━━━━━ Information given

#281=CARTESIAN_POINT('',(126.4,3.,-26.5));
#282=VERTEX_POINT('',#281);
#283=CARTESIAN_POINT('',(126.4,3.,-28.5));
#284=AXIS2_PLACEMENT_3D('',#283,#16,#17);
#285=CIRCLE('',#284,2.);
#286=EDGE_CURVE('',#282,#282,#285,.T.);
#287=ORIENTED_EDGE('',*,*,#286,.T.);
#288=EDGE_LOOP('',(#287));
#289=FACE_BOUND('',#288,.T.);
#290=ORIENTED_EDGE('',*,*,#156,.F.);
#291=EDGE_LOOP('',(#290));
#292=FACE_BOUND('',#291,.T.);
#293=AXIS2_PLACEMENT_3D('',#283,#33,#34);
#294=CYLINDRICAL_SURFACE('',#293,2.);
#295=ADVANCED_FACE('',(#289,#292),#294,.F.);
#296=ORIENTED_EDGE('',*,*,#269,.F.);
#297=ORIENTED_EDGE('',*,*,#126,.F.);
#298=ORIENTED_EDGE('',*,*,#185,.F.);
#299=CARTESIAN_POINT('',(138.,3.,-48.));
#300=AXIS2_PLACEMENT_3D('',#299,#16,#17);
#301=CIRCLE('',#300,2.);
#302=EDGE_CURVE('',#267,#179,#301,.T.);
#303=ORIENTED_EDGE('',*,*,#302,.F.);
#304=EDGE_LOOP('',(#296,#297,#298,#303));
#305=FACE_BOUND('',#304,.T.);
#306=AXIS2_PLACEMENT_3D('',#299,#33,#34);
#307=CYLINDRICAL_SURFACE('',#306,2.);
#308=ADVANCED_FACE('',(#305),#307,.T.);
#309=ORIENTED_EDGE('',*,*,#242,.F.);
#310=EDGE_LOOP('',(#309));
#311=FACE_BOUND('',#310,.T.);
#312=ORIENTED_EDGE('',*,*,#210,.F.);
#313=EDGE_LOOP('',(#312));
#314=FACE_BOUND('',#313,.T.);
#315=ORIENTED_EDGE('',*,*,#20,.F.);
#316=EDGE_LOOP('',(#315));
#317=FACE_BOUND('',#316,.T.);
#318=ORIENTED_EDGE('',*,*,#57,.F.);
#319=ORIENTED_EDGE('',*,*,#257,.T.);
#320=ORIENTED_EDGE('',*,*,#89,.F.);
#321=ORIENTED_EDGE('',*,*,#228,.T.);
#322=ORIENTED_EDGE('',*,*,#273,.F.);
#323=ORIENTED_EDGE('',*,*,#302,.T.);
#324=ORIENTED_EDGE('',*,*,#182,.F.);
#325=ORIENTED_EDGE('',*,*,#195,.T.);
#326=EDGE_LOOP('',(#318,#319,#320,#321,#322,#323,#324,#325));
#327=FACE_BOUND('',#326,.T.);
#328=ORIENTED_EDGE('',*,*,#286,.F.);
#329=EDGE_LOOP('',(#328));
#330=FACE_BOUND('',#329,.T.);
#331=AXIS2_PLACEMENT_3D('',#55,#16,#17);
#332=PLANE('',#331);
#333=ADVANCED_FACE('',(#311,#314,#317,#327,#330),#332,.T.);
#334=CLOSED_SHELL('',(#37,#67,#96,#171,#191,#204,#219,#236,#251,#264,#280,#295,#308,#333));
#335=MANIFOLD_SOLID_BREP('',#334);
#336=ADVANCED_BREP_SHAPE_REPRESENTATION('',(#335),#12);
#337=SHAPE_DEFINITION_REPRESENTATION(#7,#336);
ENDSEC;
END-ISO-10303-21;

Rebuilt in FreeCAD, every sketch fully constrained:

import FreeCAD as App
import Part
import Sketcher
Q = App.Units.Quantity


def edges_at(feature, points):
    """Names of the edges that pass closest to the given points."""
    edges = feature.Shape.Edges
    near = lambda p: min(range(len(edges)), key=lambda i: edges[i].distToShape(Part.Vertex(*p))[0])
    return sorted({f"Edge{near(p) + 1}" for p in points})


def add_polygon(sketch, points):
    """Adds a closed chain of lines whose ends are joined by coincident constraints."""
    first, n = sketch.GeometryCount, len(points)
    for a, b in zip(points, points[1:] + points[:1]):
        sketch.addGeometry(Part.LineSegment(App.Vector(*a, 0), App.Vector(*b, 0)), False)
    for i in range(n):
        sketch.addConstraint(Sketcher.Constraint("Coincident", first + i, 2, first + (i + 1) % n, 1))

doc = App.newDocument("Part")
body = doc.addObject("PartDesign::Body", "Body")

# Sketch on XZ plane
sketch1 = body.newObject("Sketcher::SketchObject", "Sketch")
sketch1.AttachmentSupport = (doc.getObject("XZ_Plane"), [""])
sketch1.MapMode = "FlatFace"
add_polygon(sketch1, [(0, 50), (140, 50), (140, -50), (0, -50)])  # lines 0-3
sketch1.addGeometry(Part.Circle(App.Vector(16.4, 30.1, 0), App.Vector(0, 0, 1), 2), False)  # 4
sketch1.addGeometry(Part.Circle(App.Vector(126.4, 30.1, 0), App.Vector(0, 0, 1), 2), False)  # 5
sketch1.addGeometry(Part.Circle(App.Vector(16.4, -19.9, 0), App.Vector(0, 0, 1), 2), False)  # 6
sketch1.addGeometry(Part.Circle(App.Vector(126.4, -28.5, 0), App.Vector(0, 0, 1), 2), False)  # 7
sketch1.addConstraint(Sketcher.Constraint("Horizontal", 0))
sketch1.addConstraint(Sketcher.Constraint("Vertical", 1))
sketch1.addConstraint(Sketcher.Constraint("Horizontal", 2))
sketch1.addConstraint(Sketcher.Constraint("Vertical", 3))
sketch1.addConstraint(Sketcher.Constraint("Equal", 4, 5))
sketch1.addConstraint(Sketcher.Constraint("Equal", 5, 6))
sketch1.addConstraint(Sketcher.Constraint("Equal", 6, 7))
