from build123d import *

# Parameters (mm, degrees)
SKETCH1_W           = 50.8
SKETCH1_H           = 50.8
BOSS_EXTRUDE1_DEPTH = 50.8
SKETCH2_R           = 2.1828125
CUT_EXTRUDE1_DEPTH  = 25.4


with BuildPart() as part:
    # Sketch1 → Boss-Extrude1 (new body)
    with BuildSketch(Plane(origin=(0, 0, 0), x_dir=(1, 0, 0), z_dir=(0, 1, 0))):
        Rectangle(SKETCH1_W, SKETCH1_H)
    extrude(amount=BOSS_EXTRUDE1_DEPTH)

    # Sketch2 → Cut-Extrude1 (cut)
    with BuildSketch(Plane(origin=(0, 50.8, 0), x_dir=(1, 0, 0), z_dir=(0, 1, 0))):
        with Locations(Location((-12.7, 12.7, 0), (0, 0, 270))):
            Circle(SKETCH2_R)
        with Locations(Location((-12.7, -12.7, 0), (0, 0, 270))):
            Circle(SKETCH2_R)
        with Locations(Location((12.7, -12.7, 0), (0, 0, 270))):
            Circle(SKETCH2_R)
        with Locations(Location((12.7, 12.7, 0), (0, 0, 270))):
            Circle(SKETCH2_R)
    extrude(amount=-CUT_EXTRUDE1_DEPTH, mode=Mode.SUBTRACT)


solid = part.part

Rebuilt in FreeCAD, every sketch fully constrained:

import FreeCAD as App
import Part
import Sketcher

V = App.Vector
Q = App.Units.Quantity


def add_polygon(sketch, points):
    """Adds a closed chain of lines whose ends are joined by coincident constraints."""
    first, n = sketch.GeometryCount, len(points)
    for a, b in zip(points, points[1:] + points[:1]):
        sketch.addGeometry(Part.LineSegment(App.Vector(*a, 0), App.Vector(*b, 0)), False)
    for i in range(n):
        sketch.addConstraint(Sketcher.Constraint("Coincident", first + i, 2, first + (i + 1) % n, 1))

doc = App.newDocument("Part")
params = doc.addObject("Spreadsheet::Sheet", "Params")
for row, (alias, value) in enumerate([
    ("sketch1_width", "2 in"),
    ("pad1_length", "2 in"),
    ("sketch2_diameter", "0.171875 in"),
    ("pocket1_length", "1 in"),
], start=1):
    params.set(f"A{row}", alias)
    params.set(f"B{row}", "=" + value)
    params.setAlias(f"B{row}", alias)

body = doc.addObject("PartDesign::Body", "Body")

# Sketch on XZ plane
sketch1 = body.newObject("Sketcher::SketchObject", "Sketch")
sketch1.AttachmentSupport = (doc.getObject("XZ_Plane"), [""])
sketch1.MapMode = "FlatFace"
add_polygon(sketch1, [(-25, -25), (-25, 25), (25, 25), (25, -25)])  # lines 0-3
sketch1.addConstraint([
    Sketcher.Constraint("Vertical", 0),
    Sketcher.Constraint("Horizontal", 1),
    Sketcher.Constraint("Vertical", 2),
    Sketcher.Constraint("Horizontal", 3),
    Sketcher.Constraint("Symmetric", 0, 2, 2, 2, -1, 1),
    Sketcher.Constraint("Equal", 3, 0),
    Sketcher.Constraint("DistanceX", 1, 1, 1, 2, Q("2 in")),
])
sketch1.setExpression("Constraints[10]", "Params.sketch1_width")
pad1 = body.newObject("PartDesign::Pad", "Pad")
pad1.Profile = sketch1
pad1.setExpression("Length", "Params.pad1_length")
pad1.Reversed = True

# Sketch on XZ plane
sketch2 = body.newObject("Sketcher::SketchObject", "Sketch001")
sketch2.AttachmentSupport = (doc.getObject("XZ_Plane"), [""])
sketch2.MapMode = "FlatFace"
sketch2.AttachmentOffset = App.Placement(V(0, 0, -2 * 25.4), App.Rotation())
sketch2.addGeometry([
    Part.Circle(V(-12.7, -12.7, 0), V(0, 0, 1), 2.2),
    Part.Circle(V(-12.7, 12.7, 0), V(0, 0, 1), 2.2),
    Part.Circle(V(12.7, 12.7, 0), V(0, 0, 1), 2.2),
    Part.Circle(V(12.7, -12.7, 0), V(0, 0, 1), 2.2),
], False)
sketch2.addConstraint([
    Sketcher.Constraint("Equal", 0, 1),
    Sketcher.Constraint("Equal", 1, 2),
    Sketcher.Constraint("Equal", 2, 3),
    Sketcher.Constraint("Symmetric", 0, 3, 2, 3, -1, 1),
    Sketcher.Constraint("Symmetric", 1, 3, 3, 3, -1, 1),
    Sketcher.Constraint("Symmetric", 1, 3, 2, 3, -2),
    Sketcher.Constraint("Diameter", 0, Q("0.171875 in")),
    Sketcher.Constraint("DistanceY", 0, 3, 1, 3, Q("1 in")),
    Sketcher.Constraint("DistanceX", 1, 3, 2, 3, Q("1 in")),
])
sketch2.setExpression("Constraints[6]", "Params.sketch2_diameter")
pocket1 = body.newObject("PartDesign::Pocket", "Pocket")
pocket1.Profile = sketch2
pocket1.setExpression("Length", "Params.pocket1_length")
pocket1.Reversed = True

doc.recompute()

━━━━━━━━━━
━━━━━ Information given

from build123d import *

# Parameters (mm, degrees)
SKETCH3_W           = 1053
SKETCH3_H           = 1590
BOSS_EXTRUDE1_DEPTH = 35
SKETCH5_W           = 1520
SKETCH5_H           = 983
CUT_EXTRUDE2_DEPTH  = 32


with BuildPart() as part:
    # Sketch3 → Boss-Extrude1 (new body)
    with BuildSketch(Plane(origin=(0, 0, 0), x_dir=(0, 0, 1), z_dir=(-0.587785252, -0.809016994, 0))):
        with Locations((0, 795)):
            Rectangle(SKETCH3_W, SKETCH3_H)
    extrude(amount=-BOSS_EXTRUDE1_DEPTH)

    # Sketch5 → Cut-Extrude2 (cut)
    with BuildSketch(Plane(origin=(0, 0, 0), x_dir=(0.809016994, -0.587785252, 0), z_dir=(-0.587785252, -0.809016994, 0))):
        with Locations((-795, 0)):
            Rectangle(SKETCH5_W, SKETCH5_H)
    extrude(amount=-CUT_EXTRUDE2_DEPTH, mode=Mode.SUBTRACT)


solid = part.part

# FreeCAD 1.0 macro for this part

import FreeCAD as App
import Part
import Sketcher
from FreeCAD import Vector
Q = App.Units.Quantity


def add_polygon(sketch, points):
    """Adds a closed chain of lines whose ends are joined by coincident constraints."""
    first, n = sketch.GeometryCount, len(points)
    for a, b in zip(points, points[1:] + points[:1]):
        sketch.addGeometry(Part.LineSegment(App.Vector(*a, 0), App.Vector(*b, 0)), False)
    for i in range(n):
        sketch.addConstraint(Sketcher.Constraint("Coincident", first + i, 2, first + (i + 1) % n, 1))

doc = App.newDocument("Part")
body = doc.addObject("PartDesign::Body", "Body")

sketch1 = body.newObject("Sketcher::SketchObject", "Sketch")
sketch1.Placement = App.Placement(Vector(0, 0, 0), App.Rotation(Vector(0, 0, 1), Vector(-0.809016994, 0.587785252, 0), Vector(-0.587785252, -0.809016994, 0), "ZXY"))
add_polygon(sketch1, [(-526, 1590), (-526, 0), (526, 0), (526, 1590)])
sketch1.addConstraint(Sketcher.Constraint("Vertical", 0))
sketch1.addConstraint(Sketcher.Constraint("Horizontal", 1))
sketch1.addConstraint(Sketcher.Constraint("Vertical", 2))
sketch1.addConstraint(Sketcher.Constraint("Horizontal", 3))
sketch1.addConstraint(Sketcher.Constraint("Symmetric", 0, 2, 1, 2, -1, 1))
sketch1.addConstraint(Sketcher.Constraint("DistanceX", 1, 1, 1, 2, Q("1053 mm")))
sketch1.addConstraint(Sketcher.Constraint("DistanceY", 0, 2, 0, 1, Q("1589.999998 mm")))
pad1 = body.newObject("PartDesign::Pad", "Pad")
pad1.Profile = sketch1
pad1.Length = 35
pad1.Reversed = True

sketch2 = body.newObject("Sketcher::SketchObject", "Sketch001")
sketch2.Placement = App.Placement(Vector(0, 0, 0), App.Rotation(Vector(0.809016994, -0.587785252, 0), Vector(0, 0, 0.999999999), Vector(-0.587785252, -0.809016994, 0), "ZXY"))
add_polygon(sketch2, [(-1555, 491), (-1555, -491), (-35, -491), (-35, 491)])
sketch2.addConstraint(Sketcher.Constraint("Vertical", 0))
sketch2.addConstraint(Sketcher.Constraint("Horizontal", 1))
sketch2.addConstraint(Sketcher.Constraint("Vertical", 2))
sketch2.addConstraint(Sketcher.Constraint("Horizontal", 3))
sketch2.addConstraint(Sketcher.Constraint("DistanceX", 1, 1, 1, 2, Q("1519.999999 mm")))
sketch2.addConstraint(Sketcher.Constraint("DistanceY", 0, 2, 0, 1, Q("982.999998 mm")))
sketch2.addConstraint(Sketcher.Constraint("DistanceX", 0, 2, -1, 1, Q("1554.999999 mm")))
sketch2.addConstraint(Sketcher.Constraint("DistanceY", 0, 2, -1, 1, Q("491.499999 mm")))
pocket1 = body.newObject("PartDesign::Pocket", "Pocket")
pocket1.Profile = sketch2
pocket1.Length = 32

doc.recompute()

━━━━━━━━━━

Task requirements:
Where does the word "SUBTRACT" show up in the material? Copy out each line that has it.

Response area:
    extrude(amount=-CUT_EXTRUDE1_DEPTH, mode=Mode.SUBTRACT)
    extrude(amount=-CUT_EXTRUDE2_DEPTH, mode=Mode.SUBTRACT)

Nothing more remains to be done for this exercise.